EAGER: Methods for chromatin profiling of plant gametes and zygotes

Plant reproduction requires the fusion of a male gamete, a sperm cell, delivered by the pollen, and a female gamete, an egg cell within the ovule, to form a unique cell called the zygote that ultimately regenerates a new plant. The instructions for making functional gametes and zygotes are contained within their genome sequences, as well as modifications of the proteins constituting the chromatin packaging of their DNA that will determine which genes will be switched on or off.

These modifications of the chromatin proteins throughout the genome can be revealed by a technique called chromatin profiling. However, chromatin profiling requires large numbers of cells, and currently is out of reach for highly specialized cells such as female gametes and zygotes, whose isolation is both difficult and laborious. As a result, we know almost nothing about the chromatin modifications that mark these critical stages of the plant life cycle.

The project will develop new methods to isolate gametes and zygotes, and adapt methods of chromatin profiling that require lower numbers of cells. Successful development of such methods will enable detailed characterization of genome-wide modifications to the chromatin of these important cells, and more generally, they could be used for chromatin studies of any rare cell types in plants.

Understanding how gametes form embryos has agricultural applications for increased seed yields, for regeneration of plants from tissue culture, for haploid plants for rapid breeding, and for hybrid seed production through clonal propagation to reduce costs of hybrid seeds.

Methods to study egg cells and zygotes currently rely on laborious dissection that is performed one cell from one ovule at a time. We will address this needle in a haystack problem through a novel strategy using an affinity-tag based protocol, initially in Arabidopsis, to specifically fish out egg cell or zygote nuclei from the thousands of somatic cells in the ovule.

Because of the relative ease of harvesting large numbers of ovules, the protocol should be scalable for bulk isolation of egg cells or zygotes from rice and other plants. A second hurdle for chromatin profiling is that methods currently used in plants require tens of thousands of cells. Recently, a method called CUT&Tag, which requires one to two orders of magnitude fewer cells, has been used for low-input chromatin profiling in animals.
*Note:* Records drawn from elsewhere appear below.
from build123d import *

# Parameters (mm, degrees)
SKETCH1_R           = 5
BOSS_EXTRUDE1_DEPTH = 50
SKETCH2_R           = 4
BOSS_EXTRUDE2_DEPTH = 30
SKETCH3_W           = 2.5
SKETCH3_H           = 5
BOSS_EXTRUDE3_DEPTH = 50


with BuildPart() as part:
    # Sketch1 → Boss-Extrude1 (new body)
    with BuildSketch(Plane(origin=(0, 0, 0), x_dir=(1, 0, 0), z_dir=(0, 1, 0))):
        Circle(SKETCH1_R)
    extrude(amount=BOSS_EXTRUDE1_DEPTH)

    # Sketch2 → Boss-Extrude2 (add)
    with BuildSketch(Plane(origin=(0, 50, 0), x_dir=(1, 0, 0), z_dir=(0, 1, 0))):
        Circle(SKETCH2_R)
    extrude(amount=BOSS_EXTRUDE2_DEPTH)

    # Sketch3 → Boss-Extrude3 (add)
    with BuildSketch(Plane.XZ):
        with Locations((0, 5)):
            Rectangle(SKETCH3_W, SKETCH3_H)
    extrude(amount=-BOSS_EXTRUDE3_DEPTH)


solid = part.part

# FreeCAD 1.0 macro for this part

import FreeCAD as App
import Part
import Sketcher
from FreeCAD import Vector
Q = App.Units.Quantity

doc = App.newDocument("Part")
body = doc.addObject("PartDesign::Body", "Body")

sketch1 = body.newObject("Sketcher::SketchObject", "Sketch")
sketch1.AttachmentSupport = (doc.getObject("XZ_Plane"), [""])
sketch1.MapMode = "FlatFace"
sketch1.addGeometry(Part.Circle(Vector(0, 0, 0), Vector(0, 0, 1), 5), False)
sketch1.addConstraint(Sketcher.Constraint("Coincident", 0, 3, -1, 1))
sketch1.addConstraint(Sketcher.Constraint("Diameter", 0, Q("10 mm")))
pad1 = body.newObject("PartDesign::Pad", "Pad")
pad1.Profile = sketch1
pad1.Length = 50
pad1.Reversed = True

sketch2 = body.newObject("Sketcher::SketchObject", "Sketch001")
sketch2.AttachmentSupport = (doc.getObject("XZ_Plane"), [""])
sketch2.MapMode = "FlatFace"
sketch2.AttachmentOffset = App.Placement(Vector(0, 0, -50), App.Rotation())
sketch2.addGeometry(Part.Circle(Vector(0, 0, 0), Vector(0, 0, 1), 4), False)
sketch2.addConstraint(Sketcher.Constraint("Coincident", 0, 3, -1, 1))
sketch2.addConstraint(Sketcher.Constraint("Diameter", 0, Q("8 mm")))
pad2 = body.newObject("PartDesign::Pad", "Pad001")
pad2.Profile = sketch2
pad2.Length = 30
pad2.Reversed = True

sketch3 = body.newObject("Sketcher::SketchObject", "Sketch002")
sketch3.AttachmentSupport = (doc.getObject("XZ_Plane"), [""])
sketch3.MapMode = "FlatFace"
sketch3.addGeometry(Part.LineSegment(Vector(-1.2, 7.5, 0), Vector(-1.2, 2.5, 0)), False)
sketch3.addGeometry(Part.LineSegment(Vector(-1.2, 2.5, 0), Vector(1.2, 2.5, 0)), False)
sketch3.addGeometry(Part.LineSegment(Vector(1.2, 2.5, 0), Vector(1.2, 7.5, 0)), False)
sketch3.addGeometry(Part.LineSegment(Vector(1.2, 7.5, 0), Vector(-1.2, 7.5, 0)), False)
sketch3.addConstraint(Sketcher.Constraint("Coincident", 0, 2, 1, 1))
sketch3.addConstraint(Sketcher.Constraint("Coincident", 1, 2, 2, 1))
sketch3.addConstraint(Sketcher.Constraint("Coincident", 2, 2, 3, 1))
sketch3.addConstraint(Sketcher.Constraint("Coincident", 3, 2, 0, 1))
sketch3.addConstraint(Sketcher.Constraint("Vertical", 0))
sketch3.addConstraint(Sketcher.Constraint("Horizontal", 1))
sketch3.addConstraint(Sketcher.Constraint("Vertical", 2))
sketch3.addConstraint(Sketcher.Constraint("Horizontal", 3))
sketch3.addConstraint(Sketcher.Constraint("DistanceY", 0, 2, 0, 1, Q("5 mm")))
sketch3.addConstraint(Sketcher.Constraint("DistanceX", 1, 1, 1, 2, Q("2.5 mm")))
sketch3.addConstraint(Sketcher.Constraint("DistanceY", -1, 1, 0, 2, Q("2.5 mm")))
sketch3.addConstraint(Sketcher.Constraint("DistanceX", 0, 2, -1, 1, Q("1.25 mm")))
pad3 = body.newObject("PartDesign::Pad", "Pad002")
pad3.Profile = sketch3
pad3.Length = 50
pad3.Reversed = True

doc.recompute()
However, this method is not tested for profiling of plant chromatin at very low-inputs. We will attempt to adapt the new CUT&Tag method for low-input chromatin profiling of plant cells to enable chromatin studies of purified egg and zygote nuclei at the scales that will be isolated by the proposed affinity tag approach. More generally, successful development of the above proposed methods will have an impact beyond these reproductive cells, as they will open up the wider possibility of chromatin studies in plants at the single cell type level.

This award reflects NSF's statutory mission and has been deemed worthy of support through evaluation using the Foundation's intellectual merit and broader impacts review criteria.